The African National Congress and the Nelson Mandela Foundation have condemned the colourful artwork.

South African President Jacob Zuma is due to step down as head of the ANC in December, ahead of the 2019 general election

The piece by controversial artist Ayanda Mabulu shows Zuma seated on a red chair, penetrating a crying Mandela.

Both men have their legs wide apart, exposing their genitals.

The African National Congress and the Nelson Mandela Foundation have condemned the colourful artwork titled: "The economy of rape".


"Whilst we respect Mabulu's freedom of expression, we find his work grotesque, inflammatory and of bad taste," the ANC said in a statement.

"We view his work as crossing the bounds of rationality to degradation, exploiting the craft of creative art for nefarious ends."

The party urged the people to ignore the painting.

Mabulu has previously done a number of controversial paintings showing Zuma's genitals, much to the public outrage.

The foundation of the late anti-apartheid icon also rejected the piece as "distasteful".


It said while it respects the artist's right to freedom of expression, it found the painting "distasteful".

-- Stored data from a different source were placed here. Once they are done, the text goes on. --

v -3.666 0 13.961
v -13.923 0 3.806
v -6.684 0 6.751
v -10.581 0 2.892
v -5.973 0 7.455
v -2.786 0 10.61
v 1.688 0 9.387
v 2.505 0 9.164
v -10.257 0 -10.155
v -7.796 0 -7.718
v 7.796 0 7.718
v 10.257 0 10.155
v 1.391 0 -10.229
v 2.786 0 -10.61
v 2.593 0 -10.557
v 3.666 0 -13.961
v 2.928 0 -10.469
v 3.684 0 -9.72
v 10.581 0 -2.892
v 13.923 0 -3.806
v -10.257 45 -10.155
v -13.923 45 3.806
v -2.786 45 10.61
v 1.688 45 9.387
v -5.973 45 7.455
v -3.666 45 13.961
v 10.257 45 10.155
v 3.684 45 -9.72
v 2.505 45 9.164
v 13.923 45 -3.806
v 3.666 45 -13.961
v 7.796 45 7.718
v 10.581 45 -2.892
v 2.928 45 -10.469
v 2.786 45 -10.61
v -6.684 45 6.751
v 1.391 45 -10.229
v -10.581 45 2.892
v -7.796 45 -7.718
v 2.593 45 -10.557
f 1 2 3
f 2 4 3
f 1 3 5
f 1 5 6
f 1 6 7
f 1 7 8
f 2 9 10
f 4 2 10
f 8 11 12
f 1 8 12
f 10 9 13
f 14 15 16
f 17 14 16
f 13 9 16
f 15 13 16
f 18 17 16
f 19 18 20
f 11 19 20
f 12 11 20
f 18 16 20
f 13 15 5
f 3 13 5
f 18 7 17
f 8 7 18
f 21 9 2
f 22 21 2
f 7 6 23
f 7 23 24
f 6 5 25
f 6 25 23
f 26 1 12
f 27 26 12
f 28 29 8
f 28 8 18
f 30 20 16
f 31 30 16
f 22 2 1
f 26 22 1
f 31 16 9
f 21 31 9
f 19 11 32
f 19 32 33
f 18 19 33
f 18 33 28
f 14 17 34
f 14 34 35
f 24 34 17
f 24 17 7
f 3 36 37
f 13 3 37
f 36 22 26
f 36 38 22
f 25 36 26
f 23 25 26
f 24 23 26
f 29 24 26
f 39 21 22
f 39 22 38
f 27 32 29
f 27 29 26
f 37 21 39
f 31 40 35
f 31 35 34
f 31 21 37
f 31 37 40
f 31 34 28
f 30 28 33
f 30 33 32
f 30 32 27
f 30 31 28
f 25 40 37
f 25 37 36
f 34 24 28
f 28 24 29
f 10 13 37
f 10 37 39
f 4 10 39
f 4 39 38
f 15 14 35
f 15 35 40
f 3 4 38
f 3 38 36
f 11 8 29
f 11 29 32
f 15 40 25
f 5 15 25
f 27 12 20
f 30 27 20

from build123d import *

# Parameters (mm, degrees)
BOSS_EXTRUDE1_DEPTH = 45
BOSS_EXTRUDE2_DEPTH = 45


with BuildPart() as part:
    # Sketch1 → Boss-Extrude1 (new body)
    with BuildSketch(Plane(origin=(0, 0, 0), x_dir=(1, 0, 0), z_dir=(0, 1, 0))):
        Polygon((10.257365227, -10.154791575), (13.922990088, 3.805743075), (3.66562486, 13.96053465), (-10.257365227, 10.154791575), (-13.922990088, -3.805743075), (-3.66562486, -13.96053465), align=None)
        Polygon((-2.785874894, -10.610006334), (7.795597573, -7.717641597), (10.581472467, 2.892364737), (2.785874894, 10.610006334), (-7.795597573, 7.717641597), (-10.581472467, -2.892364737), align=None, mode=Mode.SUBTRACT)
    extrude(amount=BOSS_EXTRUDE1_DEPTH)

    # Sketch2 → Boss-Extrude2 (add)
    with BuildSketch(Plane(origin=(0, 45, 0), x_dir=(1, 0, 0), z_dir=(0, 1, 0))):
        Polygon((-6.68367368, -6.751185536), (1.391190433, 10.228779981), (2.592952284, 10.557272411), (-5.972802955, -7.454947554), align=None)
        Polygon((2.504861339, -9.163823965), (3.684441387, 9.720425506), (2.928005116, 10.469297414), (1.68769549, -9.387190014), align=None)
    extrude(amount=-BOSS_EXTRUDE2_DEPTH)


solid = part.part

The artist has defended his work saying it reflects the current state of affairs in the country under Zuma's leadership, who is accused of raping the democratic values of the country.

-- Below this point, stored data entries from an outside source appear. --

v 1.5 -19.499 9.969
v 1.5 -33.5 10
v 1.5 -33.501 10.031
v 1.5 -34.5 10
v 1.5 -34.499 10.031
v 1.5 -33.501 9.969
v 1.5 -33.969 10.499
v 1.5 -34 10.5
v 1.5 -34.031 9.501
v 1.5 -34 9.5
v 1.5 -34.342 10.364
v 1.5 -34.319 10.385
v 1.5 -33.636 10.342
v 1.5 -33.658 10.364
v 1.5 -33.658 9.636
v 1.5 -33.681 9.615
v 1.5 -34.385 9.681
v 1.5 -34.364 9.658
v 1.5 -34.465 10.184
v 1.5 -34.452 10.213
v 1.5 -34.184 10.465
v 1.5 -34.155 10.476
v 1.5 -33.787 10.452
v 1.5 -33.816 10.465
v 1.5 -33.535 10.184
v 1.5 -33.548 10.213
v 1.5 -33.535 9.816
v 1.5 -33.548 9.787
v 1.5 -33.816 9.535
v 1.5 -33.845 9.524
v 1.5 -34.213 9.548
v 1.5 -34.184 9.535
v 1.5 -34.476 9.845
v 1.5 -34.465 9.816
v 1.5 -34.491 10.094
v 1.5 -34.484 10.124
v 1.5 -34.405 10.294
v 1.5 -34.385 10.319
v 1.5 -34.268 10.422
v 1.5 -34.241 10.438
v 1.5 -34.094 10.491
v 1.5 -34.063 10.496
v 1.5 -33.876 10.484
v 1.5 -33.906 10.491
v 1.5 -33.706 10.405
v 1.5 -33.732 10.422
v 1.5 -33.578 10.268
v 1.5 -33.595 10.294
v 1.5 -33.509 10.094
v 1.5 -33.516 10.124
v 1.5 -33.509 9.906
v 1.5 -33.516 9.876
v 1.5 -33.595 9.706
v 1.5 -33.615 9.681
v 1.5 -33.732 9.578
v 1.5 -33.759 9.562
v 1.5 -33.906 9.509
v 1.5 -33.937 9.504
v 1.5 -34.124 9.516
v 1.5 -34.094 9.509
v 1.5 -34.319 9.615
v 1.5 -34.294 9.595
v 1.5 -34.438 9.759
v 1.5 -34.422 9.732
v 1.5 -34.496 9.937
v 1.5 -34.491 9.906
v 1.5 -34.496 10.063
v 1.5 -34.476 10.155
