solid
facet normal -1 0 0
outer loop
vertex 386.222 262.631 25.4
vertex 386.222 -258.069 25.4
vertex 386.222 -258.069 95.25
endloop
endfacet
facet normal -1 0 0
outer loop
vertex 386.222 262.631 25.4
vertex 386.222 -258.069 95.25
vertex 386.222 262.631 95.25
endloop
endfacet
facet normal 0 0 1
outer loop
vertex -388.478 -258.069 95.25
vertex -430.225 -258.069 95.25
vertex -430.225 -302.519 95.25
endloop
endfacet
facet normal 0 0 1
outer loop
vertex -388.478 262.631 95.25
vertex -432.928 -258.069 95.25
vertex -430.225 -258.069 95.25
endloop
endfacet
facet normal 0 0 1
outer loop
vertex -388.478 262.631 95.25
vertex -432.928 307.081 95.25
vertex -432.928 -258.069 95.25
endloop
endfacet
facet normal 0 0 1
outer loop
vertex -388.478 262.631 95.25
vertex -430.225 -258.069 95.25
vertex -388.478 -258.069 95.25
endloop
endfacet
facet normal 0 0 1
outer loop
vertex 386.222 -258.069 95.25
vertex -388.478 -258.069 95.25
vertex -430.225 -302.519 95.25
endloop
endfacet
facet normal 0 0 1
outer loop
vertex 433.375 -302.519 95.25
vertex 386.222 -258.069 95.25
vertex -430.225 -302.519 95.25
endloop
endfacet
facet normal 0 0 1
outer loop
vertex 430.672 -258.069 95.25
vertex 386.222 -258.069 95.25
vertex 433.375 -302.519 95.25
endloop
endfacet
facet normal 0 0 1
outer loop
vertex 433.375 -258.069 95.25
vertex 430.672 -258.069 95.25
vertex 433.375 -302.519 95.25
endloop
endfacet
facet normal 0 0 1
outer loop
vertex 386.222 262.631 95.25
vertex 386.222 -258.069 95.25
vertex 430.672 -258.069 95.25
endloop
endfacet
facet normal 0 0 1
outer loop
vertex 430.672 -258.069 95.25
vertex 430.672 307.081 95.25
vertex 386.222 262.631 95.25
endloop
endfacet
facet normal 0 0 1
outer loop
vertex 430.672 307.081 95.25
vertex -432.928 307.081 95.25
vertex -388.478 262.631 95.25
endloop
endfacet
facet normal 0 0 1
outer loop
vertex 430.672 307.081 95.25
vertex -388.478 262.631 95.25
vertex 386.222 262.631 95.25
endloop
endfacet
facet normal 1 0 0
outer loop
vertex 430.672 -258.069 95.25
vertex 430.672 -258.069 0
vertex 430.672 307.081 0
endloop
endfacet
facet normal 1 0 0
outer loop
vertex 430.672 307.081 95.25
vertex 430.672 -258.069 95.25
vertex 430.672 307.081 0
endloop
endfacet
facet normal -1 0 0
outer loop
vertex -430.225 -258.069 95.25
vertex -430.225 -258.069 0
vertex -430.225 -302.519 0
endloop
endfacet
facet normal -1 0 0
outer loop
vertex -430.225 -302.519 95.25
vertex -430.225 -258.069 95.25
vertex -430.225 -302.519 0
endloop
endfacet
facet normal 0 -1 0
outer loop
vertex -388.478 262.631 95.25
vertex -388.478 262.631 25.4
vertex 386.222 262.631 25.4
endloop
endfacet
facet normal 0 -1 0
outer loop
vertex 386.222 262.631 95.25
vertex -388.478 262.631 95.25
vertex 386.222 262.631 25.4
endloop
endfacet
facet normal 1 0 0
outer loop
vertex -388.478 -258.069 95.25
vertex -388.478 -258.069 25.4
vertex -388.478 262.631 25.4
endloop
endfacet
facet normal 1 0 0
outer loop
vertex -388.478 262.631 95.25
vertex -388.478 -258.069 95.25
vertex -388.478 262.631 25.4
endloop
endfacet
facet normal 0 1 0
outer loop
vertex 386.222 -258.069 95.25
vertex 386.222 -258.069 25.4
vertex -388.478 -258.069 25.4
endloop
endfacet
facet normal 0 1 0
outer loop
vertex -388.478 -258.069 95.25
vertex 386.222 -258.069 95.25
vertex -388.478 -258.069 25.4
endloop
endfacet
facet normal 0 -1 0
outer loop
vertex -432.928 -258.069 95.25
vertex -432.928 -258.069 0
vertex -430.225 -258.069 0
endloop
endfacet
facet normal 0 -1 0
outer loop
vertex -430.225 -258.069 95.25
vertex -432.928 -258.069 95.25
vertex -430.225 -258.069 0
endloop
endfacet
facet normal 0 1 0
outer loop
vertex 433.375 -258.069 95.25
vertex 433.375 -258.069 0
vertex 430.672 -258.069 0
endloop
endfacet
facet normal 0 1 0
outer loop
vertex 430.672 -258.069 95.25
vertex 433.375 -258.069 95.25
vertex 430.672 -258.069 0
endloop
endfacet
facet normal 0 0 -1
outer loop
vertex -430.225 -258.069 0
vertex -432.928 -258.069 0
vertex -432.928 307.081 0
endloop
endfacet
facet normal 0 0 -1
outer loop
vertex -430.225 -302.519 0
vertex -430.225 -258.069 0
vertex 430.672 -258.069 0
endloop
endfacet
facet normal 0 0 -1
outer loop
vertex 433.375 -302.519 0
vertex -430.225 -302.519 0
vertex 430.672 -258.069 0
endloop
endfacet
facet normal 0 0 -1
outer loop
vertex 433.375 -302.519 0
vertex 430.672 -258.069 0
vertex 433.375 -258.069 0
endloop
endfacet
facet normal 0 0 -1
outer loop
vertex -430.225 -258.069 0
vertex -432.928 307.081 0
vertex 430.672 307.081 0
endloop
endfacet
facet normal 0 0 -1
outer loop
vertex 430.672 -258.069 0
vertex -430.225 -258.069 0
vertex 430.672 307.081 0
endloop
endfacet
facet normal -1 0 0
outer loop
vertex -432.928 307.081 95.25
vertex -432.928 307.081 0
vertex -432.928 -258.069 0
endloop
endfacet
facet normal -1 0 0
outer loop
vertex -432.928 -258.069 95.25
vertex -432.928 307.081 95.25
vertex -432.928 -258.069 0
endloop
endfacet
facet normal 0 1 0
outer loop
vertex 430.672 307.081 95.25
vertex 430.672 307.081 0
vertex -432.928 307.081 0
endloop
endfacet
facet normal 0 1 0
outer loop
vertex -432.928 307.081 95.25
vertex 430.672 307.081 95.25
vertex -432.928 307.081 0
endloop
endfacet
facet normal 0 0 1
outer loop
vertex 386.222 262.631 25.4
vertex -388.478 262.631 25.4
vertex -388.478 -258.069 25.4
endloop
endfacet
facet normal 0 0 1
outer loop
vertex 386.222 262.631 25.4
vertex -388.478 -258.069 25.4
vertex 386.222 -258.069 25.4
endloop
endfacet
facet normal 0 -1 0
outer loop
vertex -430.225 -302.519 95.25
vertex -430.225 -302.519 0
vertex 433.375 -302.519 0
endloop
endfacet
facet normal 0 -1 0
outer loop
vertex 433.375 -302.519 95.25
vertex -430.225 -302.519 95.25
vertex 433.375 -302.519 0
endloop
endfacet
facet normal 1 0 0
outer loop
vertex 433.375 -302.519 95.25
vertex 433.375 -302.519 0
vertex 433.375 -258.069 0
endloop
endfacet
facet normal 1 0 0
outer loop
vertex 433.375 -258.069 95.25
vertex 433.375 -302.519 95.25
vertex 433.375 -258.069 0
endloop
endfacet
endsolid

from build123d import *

# Parameters (mm, degrees)
F0_W     = 44.45
F0_H     = 520.7
F1_DEPTH = 95.25
F0_W_2   = 774.7
F2_DEPTH = 25.4


with BuildPart() as f1:
    # F0 (on Top) → F1 (new body)
    with BuildSketch(Plane.XY):
        with Locations((408.446951, 2.281439)):
            Rectangle(F0_W, F0_H)
        Polygon((433.374935, -258.068561), (430.671951, -258.068561), (386.221951, -258.068561), (-388.478049, -258.068561), (-430.225065, -258.068561), (-430.225065, -302.518561), (433.374935, -302.518561), align=None)
        Polygon((-388.478049, 262.631439), (-432.928049, 262.631439), (-432.928049, -258.068561), (-430.225065, -258.068561), (-388.478049, -258.068561), align=None)
        Polygon((430.671951, 307.081439), (-432.928049, 307.081439), (-432.928049, 262.631439), (-388.478049, 262.631439), (386.221951, 262.631439), (430.671951, 262.631439), align=None)
    extrude(amount=F1_DEPTH)

    # F0 (on Top) → F2 (join)
    with BuildSketch(Plane.XY):
        with Locations((-1.128049, 2.281439)):
            Rectangle(F0_W_2, F0_H)
    extrude(amount=F2_DEPTH)


solid = f1.part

"The message in the painting is simple and clear: the country and everything we fought for before 1994 and post 1994, is constantly and continuously being raped by this rapist president of ours," he told a local radio station.

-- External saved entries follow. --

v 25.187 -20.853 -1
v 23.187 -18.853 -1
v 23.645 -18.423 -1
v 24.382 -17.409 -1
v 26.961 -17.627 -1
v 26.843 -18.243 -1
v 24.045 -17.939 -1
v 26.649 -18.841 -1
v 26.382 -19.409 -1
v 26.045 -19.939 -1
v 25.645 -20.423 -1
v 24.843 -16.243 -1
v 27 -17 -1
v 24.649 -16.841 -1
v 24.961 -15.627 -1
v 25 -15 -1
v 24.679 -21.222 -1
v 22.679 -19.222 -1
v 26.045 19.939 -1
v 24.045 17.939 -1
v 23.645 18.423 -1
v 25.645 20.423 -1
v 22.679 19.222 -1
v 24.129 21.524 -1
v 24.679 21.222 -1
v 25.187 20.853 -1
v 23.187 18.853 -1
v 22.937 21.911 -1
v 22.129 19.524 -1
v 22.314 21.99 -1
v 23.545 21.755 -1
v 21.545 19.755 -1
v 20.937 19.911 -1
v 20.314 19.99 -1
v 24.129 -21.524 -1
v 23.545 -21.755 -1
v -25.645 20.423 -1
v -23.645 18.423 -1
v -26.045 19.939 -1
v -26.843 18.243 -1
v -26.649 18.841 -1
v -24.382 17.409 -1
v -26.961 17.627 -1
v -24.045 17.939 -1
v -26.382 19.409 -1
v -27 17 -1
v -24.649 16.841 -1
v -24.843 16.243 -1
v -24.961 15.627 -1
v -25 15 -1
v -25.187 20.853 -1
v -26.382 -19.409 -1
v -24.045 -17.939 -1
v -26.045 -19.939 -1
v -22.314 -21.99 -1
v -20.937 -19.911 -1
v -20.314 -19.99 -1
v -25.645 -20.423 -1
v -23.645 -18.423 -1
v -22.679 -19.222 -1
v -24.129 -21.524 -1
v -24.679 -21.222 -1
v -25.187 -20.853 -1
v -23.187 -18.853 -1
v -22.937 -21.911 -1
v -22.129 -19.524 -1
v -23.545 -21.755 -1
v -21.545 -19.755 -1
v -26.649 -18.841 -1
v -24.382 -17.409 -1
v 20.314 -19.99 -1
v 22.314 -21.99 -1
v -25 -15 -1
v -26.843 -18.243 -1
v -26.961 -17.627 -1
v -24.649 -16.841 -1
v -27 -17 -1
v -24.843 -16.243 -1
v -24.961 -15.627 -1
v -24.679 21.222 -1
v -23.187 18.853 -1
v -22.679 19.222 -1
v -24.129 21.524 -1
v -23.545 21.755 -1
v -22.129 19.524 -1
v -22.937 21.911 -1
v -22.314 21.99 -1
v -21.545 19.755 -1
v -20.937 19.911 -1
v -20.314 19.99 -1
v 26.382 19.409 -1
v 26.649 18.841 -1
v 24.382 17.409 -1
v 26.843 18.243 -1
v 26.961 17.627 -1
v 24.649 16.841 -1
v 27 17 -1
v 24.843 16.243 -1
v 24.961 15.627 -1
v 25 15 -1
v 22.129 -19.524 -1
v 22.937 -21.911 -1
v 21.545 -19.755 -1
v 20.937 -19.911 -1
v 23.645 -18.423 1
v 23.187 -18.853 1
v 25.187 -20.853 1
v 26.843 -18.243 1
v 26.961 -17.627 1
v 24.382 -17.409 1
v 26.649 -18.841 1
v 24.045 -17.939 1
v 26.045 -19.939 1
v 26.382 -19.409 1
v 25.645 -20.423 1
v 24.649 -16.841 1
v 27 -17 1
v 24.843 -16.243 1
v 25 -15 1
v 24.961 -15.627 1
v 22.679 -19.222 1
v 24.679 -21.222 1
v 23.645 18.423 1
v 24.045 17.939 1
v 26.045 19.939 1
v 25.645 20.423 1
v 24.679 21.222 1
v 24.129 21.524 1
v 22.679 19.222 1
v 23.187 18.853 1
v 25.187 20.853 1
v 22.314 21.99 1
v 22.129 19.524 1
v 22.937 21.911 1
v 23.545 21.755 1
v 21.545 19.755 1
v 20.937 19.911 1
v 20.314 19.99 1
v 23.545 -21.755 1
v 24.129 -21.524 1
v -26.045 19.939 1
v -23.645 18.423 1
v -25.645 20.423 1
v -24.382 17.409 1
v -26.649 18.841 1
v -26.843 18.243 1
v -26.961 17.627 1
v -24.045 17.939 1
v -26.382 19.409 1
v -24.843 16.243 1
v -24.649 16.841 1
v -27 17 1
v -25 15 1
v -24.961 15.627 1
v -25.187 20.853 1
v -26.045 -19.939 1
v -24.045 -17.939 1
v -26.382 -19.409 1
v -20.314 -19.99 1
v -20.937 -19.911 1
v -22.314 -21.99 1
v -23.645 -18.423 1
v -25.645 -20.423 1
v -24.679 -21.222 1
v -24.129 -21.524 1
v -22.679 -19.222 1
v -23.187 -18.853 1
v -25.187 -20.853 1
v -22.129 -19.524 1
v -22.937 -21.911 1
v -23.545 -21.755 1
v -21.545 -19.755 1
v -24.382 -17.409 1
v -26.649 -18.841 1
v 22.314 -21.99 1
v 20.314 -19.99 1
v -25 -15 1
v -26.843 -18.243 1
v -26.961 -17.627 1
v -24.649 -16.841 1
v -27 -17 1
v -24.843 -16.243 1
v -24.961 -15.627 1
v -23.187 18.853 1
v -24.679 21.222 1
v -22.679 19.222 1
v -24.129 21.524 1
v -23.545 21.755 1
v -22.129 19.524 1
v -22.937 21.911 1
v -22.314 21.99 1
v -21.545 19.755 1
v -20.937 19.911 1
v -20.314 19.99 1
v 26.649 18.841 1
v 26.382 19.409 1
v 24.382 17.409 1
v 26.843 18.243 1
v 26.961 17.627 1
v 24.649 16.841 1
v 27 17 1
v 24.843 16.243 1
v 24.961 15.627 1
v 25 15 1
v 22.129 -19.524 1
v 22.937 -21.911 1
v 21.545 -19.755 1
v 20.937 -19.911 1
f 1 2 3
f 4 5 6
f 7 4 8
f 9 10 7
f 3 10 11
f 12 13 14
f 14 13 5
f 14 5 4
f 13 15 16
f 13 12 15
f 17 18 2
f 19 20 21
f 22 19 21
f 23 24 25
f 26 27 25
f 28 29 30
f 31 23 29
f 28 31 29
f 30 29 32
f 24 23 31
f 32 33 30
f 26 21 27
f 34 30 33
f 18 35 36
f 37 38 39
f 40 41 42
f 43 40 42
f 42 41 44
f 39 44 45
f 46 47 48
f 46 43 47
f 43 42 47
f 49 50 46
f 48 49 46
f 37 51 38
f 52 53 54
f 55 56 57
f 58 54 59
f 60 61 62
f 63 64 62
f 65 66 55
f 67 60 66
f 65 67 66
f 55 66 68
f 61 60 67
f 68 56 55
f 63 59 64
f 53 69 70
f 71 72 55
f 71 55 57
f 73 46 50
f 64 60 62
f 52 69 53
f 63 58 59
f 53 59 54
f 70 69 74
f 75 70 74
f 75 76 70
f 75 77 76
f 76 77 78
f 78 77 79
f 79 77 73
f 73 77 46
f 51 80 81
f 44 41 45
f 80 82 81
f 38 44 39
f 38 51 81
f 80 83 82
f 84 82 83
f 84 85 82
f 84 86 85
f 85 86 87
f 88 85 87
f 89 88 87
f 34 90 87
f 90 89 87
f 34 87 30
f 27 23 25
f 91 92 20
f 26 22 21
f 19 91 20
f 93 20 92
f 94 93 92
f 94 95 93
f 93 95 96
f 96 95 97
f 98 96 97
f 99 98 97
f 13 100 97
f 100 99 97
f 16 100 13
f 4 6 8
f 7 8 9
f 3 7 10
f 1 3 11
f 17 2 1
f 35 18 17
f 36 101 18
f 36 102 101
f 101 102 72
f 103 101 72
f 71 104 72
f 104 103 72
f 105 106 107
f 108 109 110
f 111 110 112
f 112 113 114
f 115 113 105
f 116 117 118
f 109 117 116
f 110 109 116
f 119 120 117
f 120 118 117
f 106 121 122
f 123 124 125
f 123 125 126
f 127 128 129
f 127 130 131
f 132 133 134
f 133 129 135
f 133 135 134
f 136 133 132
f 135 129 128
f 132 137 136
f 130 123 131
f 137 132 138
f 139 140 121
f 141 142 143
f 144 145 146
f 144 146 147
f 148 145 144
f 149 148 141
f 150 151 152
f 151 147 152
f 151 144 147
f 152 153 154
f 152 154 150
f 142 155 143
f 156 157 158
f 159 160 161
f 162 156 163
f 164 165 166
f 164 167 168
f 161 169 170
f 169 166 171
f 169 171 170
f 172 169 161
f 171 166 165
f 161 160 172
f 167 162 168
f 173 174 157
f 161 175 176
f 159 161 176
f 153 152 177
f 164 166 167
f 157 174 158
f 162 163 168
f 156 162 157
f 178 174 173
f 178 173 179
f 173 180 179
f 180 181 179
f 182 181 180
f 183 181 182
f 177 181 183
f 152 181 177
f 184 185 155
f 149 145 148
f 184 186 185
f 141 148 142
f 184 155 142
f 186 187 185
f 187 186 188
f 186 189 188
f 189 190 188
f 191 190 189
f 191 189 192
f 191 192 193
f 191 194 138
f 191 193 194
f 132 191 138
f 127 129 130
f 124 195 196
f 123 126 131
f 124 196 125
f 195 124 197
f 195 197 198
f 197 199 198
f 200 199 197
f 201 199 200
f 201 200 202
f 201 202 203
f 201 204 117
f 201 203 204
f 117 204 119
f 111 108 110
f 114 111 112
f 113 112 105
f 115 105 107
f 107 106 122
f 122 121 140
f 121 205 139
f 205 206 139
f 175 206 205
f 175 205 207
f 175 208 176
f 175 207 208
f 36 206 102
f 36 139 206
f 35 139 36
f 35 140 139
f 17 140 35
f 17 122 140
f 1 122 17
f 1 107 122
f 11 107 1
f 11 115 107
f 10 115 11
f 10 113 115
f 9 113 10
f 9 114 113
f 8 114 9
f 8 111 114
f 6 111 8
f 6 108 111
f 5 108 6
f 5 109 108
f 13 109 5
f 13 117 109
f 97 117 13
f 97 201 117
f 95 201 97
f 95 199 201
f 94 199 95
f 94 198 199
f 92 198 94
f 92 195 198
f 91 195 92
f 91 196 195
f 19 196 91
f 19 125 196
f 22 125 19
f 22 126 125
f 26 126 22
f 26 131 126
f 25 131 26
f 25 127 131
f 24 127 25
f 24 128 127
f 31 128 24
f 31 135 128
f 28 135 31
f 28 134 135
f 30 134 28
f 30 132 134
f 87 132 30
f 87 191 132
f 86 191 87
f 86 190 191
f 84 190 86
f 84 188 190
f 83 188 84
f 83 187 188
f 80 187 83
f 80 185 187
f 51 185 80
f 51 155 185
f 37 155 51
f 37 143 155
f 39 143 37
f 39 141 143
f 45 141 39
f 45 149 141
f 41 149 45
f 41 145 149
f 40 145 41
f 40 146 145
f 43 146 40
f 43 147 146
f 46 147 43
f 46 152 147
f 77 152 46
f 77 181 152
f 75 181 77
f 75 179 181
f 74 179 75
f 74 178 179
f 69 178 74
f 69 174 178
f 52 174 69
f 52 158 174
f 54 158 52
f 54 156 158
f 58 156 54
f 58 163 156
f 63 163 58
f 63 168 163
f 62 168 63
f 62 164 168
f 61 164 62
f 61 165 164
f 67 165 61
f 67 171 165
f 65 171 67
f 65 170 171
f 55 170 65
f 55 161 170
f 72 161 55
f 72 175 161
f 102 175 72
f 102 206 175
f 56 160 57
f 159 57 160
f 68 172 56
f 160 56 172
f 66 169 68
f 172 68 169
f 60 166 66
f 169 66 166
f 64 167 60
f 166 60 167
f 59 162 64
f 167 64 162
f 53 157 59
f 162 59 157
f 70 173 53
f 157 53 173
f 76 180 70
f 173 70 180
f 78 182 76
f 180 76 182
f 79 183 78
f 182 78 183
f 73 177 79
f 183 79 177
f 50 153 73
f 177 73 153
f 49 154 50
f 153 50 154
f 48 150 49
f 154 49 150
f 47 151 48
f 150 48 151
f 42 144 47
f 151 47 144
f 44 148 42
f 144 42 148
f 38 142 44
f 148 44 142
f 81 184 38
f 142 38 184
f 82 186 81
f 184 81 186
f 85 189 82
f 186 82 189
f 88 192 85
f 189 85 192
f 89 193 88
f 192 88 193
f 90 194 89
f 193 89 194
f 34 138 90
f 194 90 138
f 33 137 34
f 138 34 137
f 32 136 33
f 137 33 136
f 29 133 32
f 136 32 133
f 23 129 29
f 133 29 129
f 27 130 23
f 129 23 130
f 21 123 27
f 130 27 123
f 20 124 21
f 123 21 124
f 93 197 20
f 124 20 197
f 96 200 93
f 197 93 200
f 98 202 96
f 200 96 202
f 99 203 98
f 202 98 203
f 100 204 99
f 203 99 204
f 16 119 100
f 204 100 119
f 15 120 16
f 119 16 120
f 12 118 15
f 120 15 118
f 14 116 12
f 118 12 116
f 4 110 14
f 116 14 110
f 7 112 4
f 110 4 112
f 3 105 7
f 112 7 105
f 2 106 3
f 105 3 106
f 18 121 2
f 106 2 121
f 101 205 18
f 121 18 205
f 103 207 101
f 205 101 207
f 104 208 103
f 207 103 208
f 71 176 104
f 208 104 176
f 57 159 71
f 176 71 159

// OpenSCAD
$fn=50;

boxRibTest();

module boxRibTest(){
    boxRib(50, 40, 2, 5);
}

module roundedRectangle(w, h, r){
    minkowski(){
        square([w-2*r, h-2*r], center=true);
        circle(r);
    }
}

module boxRib(w, h, t, r){
    translate([0, 0, -t/2])
        linear_extrude(height = t)
            difference(){
                roundedRectangle(w+2*t, h+2*t, r);
                roundedRectangle(w, h, r);
            }        
}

Zuma has in the past weeks come under intense criticism following his shock cabinet reshuffle last month which provoked a political and economic backlash.

He has resisted calls for him to resign, including a wave of protests by opposition parties last week.


The artwork also sent social media abuzz, with people expressing shock and dismay at the use of Mandela's image in a such a crude manner.

"Ayanda Mabulu is disrespecting our nation, what freedom of expression portrayed there, lesson must be taught," said @Nathi.

"Ayanda Mabulu is abusing his freedom of expression, he is using it in an immoral way. His art to has failed dismally." said @MarvinMahange.

Zuma is often the subject of artists and cartoonist paint brushes who usually depict him in a naked state.

In 2010, a painting by Cape Town-based artist Brett Murray depicting Zuma with exposed genitals was defaced and later removed from a Johannesburg gallery after sparking a huge outcry.